#### [WHAT YOU SHOULD DO]
Pick each line that has "dimension" out of the records.

☆ ☆ ☆ ☆ ☆

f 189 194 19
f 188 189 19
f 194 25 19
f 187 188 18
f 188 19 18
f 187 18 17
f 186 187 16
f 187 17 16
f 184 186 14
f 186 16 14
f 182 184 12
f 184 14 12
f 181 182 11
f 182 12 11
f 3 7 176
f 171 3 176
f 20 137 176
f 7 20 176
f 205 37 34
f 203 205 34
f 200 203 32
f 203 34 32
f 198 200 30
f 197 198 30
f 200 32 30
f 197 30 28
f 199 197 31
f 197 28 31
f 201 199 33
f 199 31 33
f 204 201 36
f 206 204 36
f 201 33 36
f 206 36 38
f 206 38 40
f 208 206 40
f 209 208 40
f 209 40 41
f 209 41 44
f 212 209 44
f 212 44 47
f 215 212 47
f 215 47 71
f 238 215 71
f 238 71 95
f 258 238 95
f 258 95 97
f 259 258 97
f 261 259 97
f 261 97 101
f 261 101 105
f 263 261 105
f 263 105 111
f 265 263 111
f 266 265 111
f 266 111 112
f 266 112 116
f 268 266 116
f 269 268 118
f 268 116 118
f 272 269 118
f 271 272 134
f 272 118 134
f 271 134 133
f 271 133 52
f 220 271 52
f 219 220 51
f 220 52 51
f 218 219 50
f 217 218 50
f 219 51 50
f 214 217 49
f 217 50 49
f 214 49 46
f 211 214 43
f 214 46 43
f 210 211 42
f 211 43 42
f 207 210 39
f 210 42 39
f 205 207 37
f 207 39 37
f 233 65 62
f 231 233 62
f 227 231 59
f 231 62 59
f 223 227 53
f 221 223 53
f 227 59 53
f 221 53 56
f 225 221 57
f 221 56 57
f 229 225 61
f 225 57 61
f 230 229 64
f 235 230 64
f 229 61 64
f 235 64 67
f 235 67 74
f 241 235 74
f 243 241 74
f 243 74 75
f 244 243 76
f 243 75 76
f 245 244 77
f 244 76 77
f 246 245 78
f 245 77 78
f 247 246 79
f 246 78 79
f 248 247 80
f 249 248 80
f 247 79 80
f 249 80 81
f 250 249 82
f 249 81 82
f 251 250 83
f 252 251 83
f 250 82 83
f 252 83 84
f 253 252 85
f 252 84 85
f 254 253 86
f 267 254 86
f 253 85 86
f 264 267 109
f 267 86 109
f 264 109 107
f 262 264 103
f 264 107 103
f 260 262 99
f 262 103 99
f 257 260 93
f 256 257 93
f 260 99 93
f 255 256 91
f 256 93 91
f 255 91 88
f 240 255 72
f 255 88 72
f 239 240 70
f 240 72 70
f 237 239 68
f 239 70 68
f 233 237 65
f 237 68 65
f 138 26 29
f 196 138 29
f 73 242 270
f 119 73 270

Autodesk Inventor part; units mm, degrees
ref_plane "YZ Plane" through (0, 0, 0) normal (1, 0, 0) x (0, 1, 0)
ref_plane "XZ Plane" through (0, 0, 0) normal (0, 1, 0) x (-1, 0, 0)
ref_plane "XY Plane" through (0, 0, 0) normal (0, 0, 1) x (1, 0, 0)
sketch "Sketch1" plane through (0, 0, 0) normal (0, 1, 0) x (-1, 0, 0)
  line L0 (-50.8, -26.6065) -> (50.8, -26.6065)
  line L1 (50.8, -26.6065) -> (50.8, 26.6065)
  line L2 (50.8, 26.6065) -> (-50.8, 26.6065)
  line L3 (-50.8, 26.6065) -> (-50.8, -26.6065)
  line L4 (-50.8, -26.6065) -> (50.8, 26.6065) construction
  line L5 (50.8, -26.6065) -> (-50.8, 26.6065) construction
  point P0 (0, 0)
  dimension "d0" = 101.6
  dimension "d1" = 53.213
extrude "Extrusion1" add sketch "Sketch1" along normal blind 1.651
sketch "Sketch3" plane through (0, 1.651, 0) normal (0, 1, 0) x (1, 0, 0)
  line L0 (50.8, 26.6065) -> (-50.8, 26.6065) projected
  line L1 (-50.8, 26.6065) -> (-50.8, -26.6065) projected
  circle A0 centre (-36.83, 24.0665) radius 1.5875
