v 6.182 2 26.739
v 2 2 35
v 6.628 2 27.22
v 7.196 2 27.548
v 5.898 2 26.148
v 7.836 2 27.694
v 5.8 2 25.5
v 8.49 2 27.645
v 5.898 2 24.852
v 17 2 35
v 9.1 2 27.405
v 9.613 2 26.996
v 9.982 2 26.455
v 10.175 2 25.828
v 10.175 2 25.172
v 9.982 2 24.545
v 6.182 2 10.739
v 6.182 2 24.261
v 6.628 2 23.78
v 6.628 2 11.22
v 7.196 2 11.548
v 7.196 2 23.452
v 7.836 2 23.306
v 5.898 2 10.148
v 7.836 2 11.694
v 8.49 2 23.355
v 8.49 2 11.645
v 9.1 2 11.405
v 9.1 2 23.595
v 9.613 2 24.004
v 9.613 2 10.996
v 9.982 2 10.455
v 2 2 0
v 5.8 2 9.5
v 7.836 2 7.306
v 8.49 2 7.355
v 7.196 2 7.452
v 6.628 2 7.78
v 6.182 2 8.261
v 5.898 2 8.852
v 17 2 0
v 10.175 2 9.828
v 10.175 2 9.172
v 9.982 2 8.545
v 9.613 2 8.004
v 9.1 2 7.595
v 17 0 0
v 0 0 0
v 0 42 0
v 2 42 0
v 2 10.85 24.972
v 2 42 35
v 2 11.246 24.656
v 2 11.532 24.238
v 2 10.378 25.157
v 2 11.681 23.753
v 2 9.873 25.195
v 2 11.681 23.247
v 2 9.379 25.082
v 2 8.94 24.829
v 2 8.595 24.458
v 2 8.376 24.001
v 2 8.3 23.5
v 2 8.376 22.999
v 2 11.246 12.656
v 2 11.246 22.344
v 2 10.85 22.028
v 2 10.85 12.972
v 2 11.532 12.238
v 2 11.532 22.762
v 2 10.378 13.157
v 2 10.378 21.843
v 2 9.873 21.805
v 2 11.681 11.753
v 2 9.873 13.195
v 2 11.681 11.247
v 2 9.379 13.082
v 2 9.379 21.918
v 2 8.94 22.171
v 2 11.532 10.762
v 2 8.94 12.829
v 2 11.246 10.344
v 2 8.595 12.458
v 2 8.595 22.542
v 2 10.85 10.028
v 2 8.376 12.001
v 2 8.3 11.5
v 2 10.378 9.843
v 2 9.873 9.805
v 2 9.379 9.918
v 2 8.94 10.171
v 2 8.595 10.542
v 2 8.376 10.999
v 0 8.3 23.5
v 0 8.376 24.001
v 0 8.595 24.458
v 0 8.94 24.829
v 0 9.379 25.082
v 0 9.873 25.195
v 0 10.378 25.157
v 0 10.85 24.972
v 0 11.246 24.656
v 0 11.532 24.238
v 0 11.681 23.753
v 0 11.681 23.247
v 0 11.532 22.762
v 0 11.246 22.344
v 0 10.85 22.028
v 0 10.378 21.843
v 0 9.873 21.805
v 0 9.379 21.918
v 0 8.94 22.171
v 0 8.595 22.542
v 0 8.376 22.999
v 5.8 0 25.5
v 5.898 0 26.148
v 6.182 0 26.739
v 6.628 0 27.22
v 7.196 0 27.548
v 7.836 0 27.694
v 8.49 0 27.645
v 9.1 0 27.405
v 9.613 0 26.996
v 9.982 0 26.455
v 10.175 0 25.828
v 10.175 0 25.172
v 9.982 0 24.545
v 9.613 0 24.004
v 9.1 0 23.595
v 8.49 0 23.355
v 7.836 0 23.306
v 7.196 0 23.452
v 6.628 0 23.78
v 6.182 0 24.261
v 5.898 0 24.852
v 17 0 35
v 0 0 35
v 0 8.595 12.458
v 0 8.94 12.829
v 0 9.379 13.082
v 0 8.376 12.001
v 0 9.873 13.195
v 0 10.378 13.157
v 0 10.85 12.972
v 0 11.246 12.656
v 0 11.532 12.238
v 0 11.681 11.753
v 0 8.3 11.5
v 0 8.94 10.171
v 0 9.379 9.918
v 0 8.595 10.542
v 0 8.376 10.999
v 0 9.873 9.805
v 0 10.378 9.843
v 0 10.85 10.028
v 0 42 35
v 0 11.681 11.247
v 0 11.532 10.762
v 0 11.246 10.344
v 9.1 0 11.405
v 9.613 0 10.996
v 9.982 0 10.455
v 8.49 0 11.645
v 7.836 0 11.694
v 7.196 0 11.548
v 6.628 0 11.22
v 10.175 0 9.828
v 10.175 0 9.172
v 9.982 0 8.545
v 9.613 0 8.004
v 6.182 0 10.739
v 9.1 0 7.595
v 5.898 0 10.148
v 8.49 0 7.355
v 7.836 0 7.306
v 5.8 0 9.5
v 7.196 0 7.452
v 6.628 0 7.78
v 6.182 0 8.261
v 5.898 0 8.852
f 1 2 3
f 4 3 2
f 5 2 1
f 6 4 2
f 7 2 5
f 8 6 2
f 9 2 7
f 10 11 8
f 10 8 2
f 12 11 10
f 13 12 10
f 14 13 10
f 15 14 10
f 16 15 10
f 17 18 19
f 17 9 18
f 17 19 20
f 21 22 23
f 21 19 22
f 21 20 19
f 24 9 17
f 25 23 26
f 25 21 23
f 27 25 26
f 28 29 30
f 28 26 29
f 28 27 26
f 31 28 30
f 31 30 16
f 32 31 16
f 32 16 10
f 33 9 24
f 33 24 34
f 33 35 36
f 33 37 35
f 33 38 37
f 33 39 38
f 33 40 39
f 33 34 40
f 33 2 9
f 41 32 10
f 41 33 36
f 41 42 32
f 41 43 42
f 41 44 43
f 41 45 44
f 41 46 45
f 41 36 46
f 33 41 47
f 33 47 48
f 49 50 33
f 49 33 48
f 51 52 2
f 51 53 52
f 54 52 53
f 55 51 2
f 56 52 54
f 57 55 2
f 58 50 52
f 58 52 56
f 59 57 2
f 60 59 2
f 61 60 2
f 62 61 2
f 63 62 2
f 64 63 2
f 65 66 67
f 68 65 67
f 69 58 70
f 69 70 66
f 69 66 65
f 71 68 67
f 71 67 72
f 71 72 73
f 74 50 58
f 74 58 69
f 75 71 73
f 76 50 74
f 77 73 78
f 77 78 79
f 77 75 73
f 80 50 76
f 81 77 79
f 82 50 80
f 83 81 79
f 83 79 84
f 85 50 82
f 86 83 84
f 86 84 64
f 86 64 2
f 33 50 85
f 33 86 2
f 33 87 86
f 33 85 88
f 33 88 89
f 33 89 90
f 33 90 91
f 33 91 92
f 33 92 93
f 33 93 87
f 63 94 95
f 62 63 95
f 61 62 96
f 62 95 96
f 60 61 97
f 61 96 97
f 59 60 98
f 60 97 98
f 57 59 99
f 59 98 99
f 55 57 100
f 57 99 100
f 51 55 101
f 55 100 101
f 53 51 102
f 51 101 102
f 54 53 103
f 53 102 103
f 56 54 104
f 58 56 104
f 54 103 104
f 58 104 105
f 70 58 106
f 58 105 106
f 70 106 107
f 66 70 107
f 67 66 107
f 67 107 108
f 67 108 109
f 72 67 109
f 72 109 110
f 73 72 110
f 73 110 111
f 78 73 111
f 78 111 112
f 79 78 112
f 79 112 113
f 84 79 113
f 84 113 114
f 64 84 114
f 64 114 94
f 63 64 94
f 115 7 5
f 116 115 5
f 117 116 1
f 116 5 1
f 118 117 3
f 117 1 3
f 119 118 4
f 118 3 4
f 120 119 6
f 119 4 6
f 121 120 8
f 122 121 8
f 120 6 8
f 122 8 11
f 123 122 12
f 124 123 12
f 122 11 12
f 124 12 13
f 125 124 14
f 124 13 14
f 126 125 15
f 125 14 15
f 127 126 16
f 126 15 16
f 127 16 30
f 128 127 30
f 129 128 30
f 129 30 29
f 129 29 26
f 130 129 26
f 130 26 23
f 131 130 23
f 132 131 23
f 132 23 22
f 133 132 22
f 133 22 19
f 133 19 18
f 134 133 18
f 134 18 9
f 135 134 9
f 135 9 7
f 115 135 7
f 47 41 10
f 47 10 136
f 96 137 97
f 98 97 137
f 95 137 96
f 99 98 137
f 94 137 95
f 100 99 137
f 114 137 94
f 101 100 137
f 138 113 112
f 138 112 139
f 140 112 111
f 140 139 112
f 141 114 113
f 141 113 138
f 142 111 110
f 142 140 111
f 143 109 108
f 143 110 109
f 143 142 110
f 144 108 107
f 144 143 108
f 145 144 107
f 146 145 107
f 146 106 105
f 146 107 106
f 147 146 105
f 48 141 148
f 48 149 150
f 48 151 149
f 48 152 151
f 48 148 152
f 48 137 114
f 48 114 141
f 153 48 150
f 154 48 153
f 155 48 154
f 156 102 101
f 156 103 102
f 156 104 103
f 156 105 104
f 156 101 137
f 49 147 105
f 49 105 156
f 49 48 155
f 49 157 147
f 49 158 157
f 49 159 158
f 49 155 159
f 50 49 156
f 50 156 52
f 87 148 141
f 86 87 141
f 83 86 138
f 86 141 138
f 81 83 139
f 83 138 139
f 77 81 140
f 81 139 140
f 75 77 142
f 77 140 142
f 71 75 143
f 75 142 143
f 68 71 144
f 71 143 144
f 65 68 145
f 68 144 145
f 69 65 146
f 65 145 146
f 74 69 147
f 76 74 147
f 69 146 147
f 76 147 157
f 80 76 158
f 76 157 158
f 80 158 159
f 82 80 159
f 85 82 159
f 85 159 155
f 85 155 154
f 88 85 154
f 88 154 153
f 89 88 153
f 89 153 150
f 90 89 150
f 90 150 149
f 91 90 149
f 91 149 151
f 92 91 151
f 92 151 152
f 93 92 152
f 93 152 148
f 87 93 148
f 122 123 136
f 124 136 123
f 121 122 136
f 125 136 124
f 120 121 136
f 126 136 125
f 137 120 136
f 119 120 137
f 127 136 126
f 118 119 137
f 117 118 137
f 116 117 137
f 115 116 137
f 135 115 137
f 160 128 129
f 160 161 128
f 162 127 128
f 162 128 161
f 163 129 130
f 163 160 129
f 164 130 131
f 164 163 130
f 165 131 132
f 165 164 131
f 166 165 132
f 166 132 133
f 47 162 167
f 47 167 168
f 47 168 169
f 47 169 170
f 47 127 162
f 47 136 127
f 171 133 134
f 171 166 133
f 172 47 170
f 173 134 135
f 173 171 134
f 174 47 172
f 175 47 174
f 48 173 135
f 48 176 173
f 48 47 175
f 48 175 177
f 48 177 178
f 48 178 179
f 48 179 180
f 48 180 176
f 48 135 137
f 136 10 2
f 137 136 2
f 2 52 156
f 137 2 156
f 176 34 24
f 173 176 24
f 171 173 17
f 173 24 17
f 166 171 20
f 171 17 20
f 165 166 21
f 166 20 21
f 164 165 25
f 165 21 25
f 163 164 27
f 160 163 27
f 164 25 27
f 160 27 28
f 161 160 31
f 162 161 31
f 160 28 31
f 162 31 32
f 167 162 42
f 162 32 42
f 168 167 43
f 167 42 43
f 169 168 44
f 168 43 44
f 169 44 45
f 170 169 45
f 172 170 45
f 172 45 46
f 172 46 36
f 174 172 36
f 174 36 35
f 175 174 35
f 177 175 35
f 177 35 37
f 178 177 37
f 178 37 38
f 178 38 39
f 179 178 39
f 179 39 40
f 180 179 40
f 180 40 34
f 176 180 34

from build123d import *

# Parameters (mm, degrees)
EXTRUDE_1_DEPTH     = 35
CUT_EXTRUDE_1_REACH = 57.803
SKETCH_2_R          = 2.2
SKETCH_3_R          = 1.7
CUT_EXTRUDE_2_DEPTH = 58.253820833


with BuildPart() as part:
    # 草图1 → 凸台-拉伸1 (new body)
    with BuildSketch(Plane.XY):
        Polygon((0, 0), (0, 42), (2, 42), (2, 2), (17, 2), (17, 0), align=None)
    extrude(amount=EXTRUDE_1_DEPTH)

    # 草图2 → 切除-拉伸1 (cut, up to next)
    with BuildSketch(Plane(origin=(0, 2, 0), x_dir=(1, 0, 0), z_dir=(0, 1, 0)), mode=Mode.PRIVATE) as cut_extrude_1_sk1:
        with Locations(Location((8, -9.5, 0), (0, 0, 180))):
            Circle(SKETCH_2_R)
    cut_extrude_1_tool1 = extrude(cut_extrude_1_sk1.sketch, amount=-CUT_EXTRUDE_1_REACH, mode=Mode.PRIVATE) & part.part
    # 草图2 → 切除-拉伸1 (cut, up to next)
    with BuildSketch(Plane(origin=(0, 2, 0), x_dir=(1, 0, 0), z_dir=(0, 1, 0)), mode=Mode.PRIVATE) as cut_extrude_1_sk2:
        with Locations(Location((8, -25.5, 0), (0, 0, 180))):
            Circle(SKETCH_2_R)
    cut_extrude_1_tool2 = extrude(cut_extrude_1_sk2.sketch, amount=-CUT_EXTRUDE_1_REACH, mode=Mode.PRIVATE) & part.part
    add(cut_extrude_1_tool1.solids().sort_by_distance((8, 2, 9.5))[0], mode=Mode.SUBTRACT)
    add(cut_extrude_1_tool2.solids().sort_by_distance((8, 2, 25.5))[0], mode=Mode.SUBTRACT)

    # 草图3 → 切除-拉伸2 (cut, through all)
    with BuildSketch(Plane.ZY):
        with Locations(Location((11.5, 10, 0), (0, 0, 270))):
            Circle(SKETCH_3_R)
        with Locations(Location((23.5, 10, 0), (0, 0, 270))):
            Circle(SKETCH_3_R)
    extrude(amount=-CUT_EXTRUDE_2_DEPTH, mode=Mode.SUBTRACT)


solid = part.part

☆ ☆ ☆ ☆ ☆

#### [OUTPUT OF THE EXERCISE]
  dimension "d0" = 101.6
  dimension "d1" = 53.213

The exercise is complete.